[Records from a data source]
━━━━━━
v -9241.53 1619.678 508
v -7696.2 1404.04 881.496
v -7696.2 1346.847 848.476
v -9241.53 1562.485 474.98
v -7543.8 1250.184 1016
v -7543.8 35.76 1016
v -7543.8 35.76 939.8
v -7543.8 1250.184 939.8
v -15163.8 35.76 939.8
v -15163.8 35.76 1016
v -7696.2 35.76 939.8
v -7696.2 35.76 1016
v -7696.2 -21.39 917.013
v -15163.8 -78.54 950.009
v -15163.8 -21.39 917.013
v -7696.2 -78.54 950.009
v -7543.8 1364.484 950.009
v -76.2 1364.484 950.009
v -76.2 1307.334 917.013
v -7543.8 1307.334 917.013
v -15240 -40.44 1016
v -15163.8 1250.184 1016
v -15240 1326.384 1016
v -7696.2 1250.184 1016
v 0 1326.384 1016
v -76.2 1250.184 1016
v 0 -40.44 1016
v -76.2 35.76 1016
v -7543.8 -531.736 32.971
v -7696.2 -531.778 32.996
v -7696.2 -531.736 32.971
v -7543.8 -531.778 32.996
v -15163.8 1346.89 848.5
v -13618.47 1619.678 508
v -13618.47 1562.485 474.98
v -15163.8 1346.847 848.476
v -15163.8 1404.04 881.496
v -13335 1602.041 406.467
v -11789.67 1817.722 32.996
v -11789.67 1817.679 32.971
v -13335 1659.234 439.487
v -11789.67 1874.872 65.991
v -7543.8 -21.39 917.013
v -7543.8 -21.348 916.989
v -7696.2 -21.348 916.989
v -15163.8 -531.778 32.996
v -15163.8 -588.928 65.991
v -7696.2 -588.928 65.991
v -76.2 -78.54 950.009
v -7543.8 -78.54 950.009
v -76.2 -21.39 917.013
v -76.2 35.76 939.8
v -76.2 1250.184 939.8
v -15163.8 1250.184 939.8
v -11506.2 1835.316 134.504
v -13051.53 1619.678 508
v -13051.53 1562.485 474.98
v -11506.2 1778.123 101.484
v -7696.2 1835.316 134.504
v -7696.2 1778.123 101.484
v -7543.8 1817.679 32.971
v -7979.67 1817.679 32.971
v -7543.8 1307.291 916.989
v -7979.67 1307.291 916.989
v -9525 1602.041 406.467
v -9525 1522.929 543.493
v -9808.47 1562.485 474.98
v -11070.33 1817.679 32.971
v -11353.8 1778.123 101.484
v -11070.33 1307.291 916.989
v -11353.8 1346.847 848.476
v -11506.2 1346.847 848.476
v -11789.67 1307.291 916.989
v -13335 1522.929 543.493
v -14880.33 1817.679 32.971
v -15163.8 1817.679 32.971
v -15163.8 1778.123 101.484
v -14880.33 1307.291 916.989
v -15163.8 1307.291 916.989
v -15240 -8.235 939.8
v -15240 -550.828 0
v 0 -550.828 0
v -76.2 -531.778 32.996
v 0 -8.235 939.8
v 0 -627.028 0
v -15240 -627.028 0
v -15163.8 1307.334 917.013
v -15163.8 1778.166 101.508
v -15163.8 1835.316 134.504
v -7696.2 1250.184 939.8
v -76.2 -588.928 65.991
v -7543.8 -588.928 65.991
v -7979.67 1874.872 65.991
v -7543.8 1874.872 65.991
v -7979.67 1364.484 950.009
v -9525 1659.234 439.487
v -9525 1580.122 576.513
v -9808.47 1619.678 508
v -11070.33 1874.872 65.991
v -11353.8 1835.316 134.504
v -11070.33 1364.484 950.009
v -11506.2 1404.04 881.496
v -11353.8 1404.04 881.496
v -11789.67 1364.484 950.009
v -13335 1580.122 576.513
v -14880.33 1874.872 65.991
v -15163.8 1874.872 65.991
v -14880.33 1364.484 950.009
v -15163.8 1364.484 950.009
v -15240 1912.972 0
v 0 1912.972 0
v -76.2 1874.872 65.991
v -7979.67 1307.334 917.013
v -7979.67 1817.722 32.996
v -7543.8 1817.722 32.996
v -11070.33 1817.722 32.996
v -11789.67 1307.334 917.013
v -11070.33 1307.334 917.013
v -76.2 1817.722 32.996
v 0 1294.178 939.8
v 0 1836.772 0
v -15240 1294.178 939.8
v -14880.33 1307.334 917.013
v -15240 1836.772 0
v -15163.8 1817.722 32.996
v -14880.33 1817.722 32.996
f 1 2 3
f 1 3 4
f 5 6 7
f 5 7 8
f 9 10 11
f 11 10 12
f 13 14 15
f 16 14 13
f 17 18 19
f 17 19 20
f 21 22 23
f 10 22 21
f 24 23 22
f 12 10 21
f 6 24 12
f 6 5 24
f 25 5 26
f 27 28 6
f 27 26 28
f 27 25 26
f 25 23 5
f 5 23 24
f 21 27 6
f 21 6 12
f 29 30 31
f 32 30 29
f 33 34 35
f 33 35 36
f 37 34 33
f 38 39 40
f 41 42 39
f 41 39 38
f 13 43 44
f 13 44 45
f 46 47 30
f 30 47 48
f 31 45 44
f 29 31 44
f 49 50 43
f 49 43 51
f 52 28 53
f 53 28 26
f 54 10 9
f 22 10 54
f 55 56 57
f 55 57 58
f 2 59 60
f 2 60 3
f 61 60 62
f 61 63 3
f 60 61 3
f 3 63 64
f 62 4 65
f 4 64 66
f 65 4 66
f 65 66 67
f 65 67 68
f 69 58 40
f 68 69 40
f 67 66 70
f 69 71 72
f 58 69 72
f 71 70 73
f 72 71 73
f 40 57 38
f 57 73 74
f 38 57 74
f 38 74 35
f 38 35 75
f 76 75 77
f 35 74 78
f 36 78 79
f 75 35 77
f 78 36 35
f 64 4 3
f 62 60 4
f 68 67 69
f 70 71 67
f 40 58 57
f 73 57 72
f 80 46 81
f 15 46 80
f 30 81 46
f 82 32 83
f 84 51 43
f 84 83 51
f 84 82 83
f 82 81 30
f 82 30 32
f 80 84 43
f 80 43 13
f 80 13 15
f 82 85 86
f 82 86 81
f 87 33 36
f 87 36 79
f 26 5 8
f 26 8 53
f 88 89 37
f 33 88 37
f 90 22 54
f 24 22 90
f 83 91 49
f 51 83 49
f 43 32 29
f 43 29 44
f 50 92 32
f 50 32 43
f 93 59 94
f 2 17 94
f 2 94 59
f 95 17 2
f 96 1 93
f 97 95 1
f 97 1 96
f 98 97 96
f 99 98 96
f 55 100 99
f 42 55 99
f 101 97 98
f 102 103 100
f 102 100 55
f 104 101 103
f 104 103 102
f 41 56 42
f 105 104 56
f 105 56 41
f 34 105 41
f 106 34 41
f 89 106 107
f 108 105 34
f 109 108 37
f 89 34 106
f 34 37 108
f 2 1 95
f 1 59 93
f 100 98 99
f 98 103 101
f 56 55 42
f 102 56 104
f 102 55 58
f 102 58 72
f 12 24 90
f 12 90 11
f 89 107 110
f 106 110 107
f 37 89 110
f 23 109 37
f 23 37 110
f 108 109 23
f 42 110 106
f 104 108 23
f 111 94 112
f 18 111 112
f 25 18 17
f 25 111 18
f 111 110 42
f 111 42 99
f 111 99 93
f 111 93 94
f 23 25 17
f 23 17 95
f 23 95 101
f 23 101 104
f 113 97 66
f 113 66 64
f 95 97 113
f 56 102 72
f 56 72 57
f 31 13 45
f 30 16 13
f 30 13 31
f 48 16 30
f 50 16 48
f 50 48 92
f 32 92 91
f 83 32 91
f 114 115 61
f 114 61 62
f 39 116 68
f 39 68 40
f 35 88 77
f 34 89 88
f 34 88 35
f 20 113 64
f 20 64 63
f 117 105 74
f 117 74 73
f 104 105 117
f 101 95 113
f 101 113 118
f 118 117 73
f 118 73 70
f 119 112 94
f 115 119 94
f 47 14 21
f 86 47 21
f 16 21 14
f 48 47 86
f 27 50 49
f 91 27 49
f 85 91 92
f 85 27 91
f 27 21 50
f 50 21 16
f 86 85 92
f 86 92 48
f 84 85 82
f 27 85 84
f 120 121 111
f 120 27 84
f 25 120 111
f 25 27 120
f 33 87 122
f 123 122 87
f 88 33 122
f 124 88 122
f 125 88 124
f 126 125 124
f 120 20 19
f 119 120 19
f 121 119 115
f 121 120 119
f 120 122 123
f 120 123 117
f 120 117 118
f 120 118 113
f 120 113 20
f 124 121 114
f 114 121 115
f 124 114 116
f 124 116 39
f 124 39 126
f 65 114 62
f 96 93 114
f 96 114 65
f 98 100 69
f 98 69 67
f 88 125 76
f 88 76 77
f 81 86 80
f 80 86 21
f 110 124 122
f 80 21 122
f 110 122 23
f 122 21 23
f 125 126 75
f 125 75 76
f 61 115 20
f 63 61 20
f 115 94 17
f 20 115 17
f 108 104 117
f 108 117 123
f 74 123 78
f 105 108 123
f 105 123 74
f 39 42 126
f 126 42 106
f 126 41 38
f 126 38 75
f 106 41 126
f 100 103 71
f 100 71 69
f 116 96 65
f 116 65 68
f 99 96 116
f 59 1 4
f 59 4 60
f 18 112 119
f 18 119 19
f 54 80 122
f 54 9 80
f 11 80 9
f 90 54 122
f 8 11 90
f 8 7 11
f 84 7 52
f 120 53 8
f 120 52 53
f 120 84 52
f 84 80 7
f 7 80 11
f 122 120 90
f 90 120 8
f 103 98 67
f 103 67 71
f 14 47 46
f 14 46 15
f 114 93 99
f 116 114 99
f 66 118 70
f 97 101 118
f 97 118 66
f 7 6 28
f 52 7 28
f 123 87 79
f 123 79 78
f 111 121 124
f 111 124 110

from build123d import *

# Parameters (mm, degrees)
F1_DEPTH  = 15240
F2_W      = 15087.6
F2_H      = 1020.7757469933
F3_DEPTH  = 76.2
F4_W      = 15087.6
F4_H      = 1214.4242530067
F5_DEPTH  = 76.2
F6_W      = 15087.6
F6_H      = 1020.7757469933
F7_DEPTH  = 76.2
F9_DEPTH  = 66.04
F10_W     = 76.2
F10_H     = 1020.7757469933
F11_DEPTH = 66.04
F13_DEPTH = 76.2
F15_DEPTH = 66.04


with BuildPart() as f1:
    # F0 (on Right) → F1 (new body)
    with BuildSketch(Plane.YZ):
        Polygon((-40.4404837035, 1016), (-627.0283572002, 0), (-550.8283572002, 0), (-8.2345742158, 939.8), (1294.1778598154, 939.8), (1836.7716427998, 0), (1912.9716427998, 0), (1326.3837693031, 1016), align=None)
    extrude(amount=-F1_DEPTH)

    # F2 (on face) → F3 (cut)
    with BuildSketch(Plane(origin=(0, -470.2712679001, 271.5112431143), x_dir=(1, 0, 0), z_dir=(0, -0.8660254038, 0.5))):
        with Locations((-7620, 273.0736948966)):
            Rectangle(F2_W, F2_H)
    extrude(amount=-F3_DEPTH, mode=Mode.SUBTRACT)

    # F4 (on face) → F5 (cut)
    with BuildSketch(Plane.XY.offset(1016)):
        with Locations((-7620, 642.9716427998)):
            Rectangle(F4_W, F4_H)
    extrude(amount=-F5_DEPTH, mode=Mode.SUBTRACT)

    # F6 (on face) → F7 (cut)
    with BuildSketch(Plane(origin=(0, 1434.7287320999, 828.3410196919), x_dir=(-1, 0, 0), z_dir=(0, 0.8660254038, 0.5))):
        with Locations((7620, -369.8979479032)):
            Rectangle(F6_W, F6_H)
    extrude(amount=-F7_DEPTH, mode=Mode.SUBTRACT)

    # F8 (on face) → F9 (join)
    with BuildSketch(Plane(origin=(0, -470.2712679001, 271.5112431143), x_dir=(1, 0, 0), z_dir=(0, -0.8660254038, 0.5))):
        Polygon((-7543.8, 783.4615683932), (-7620, 783.4615683932), (-7620, 228.8013398647), (-7620, -237.3141786001), (-7543.8, -237.3141786001), align=None)
        Polygon((-7620, 228.8013398647), (-7620, 783.4615683932), (-7696.2, 783.4615683932), (-7696.2, -237.3141786001), (-7620, -237.3141786001), align=None)
    extrude(amount=-F9_DEPTH)

    # F10 (on face) → F11 (join)
    with BuildSketch(Plane(origin=(0, 1434.7287320999, 828.3410196919), x_dir=(-1, 0, 0), z_dir=(0, 0.8660254038, 0.5))):
        with Locations((7658.1, -369.8979479032)):
            Rectangle(F10_W, F10_H)
        with Locations((7581.9, -369.8979479032)):
            Rectangle(F10_W, F10_H)
    extrude(amount=-F11_DEPTH)

    # F12 (on face) → F13 (join)
    with BuildSketch(Plane.XY.offset(1016)):
        Polygon((-7543.8, 1250.1837693031), (-7620, 1250.1837693031), (-7696.2, 1250.1837693031), (-7696.2, 35.7595162965), (-7543.8, 35.7595162965), align=None)
    extrude(amount=-F13_DEPTH)

    # F14 (on face) → F15 (join)
    with BuildSketch(Plane(origin=(0, 1434.7287320999, 828.3410196919), x_dir=(-1, 0, 0), z_dir=(0, 0.8660254038, 0.5))):
        Polygon((11353.8, 140.4899255934), (11070.3296936126, 140.4899255934), (9525, -290.7860675027), (7979.6703063874, 140.4899255934), (7696.2, 140.4899255934), (7696.2, 61.3780451929), (9241.5296936126, -369.8979479032), (7696.2, -801.1739409994), (7696.2, -880.2858213999), (7979.6703063874, -880.2858213999), (9525, -449.0098283038), (11070.3296936126, -880.2858213999), (11353.8, -880.2858213999), (11506.2, -880.2858213999), (11789.6703063874, -880.2858213999), (13335, -449.0098283038), (14880.3296936126, -880.2858213999), (15163.8, -880.2858213999), (15163.8, -801.1739409994), (13618.4703063874, -369.8979479032), (15163.8, 61.3780451929), (15163.8, 140.4899255934), (14880.3296936127, 140.4899255934), (13335, -290.7860675027), (11789.6703063873, 140.4899255934), (11506.2, 140.4899255934), align=None)
        Polygon((9808.4703063874, -369.8979479032), (11353.8, 61.3780451929), (11353.8, -801.1739409994), align=None, mode=Mode.SUBTRACT)
        Polygon((11506.2, -801.1739409994), (11506.2, 61.3780451929), (13051.5296936127, -369.8979479032), align=None, mode=Mode.SUBTRACT)
    extrude(amount=-F15_DEPTH)


solid = f1.part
━━━━━━
Task to complete >> Word for word, restate the lines of the data above that fall between the line holding "f 89 106 107" and the line holding "f 25 111 18", inclusive, and no other lines.

Output for this exercise >>
f 89 106 107
f 108 105 34
f 109 108 37
f 89 34 106
f 34 37 108
f 2 1 95
f 1 59 93
f 100 98 99
f 98 103 101
f 56 55 42
f 102 56 104
f 102 55 58
f 102 58 72
f 12 24 90
f 12 90 11
f 89 107 110
f 106 110 107
f 37 89 110
f 23 109 37
f 23 37 110
f 108 109 23
f 42 110 106
f 104 108 23
f 111 94 112
f 18 111 112
f 25 18 17
f 25 111 18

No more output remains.